The problem:
Only one stretch of the records below should be repeated. It starts with the line containing "v7 (-0.25,-25,34.120297)" and goes on through the line containing "e14 v10 v3 LINE", exactly as written.

Records for this task section start

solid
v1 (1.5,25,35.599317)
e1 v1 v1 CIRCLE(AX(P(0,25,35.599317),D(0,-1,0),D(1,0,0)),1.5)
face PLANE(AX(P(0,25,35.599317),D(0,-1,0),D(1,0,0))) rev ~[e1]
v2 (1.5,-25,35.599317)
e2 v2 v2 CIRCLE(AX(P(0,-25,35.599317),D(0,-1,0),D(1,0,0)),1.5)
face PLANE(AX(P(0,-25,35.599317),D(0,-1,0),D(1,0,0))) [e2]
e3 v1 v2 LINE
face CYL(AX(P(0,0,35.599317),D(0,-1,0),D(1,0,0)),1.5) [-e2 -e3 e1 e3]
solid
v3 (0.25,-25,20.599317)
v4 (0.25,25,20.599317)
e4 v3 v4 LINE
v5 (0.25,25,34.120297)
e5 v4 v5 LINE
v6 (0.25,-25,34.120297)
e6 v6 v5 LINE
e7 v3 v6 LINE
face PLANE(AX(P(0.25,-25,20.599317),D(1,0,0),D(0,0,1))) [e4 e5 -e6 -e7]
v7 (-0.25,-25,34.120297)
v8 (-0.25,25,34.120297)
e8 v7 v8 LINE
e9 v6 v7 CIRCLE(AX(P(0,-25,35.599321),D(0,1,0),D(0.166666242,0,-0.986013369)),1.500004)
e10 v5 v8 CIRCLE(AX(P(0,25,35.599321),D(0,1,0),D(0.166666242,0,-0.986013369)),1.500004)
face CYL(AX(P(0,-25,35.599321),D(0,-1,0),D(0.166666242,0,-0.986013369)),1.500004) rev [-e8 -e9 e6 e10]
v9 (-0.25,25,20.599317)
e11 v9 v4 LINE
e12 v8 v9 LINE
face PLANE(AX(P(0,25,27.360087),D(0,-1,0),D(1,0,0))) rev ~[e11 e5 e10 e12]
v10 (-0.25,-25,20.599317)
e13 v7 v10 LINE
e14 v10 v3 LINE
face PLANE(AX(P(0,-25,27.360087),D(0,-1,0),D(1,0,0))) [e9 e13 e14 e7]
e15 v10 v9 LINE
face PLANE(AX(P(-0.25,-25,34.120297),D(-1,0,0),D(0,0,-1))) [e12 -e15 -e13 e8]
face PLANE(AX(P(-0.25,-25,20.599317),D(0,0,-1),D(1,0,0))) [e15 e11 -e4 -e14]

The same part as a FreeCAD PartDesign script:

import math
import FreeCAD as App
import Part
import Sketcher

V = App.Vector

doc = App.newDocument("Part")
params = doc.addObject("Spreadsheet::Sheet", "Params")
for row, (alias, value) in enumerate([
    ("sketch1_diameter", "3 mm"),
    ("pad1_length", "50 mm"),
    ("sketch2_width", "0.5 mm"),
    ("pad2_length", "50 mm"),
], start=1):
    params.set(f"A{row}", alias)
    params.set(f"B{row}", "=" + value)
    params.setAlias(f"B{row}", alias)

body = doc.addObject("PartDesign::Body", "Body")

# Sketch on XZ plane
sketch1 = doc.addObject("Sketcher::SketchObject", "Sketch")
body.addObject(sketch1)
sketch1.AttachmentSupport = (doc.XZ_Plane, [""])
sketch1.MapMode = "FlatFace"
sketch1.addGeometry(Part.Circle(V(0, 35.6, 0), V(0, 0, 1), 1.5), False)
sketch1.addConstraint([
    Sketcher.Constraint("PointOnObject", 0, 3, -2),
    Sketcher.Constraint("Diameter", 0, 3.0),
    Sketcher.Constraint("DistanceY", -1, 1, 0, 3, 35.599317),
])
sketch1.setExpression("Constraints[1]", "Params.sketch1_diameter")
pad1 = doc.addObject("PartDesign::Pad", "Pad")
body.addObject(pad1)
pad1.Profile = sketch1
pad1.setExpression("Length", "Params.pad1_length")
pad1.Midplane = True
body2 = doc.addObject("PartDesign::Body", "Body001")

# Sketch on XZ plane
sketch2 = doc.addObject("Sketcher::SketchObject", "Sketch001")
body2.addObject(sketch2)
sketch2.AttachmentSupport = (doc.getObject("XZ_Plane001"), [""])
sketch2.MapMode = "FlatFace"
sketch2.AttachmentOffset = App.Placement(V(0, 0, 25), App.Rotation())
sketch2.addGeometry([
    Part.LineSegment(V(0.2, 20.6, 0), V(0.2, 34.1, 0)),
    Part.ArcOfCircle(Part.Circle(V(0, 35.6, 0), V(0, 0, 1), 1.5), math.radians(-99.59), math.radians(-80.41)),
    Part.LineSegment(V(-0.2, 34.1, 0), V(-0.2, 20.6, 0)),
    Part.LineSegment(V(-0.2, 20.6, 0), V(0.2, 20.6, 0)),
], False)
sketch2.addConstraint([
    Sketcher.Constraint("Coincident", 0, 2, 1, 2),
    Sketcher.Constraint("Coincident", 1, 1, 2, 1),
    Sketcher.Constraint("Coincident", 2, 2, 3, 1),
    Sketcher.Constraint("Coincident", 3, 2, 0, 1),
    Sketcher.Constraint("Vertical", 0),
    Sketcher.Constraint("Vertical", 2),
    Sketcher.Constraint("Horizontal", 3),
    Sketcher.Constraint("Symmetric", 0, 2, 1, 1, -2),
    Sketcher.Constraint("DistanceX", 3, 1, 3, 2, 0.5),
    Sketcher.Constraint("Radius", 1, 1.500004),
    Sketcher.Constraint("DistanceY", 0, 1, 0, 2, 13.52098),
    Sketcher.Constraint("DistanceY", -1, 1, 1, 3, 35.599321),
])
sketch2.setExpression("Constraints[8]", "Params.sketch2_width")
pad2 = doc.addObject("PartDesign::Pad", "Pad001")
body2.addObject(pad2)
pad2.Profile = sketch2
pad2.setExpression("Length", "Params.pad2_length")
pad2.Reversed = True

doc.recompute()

Records for this task section end

Exercise solution:
v7 (-0.25,-25,34.120297)
v8 (-0.25,25,34.120297)
e8 v7 v8 LINE
e9 v6 v7 CIRCLE(AX(P(0,-25,35.599321),D(0,1,0),D(0.166666242,0,-0.986013369)),1.500004)
e10 v5 v8 CIRCLE(AX(P(0,25,35.599321),D(0,1,0),D(0.166666242,0,-0.986013369)),1.500004)
face CYL(AX(P(0,-25,35.599321),D(0,-1,0),D(0.166666242,0,-0.986013369)),1.500004) rev [-e8 -e9 e6 e10]
v9 (-0.25,25,20.599317)
e11 v9 v4 LINE
e12 v8 v9 LINE
face PLANE(AX(P(0,25,27.360087),D(0,-1,0),D(1,0,0))) rev ~[e11 e5 e10 e12]
v10 (-0.25,-25,20.599317)
e13 v7 v10 LINE
e14 v10 v3 LINE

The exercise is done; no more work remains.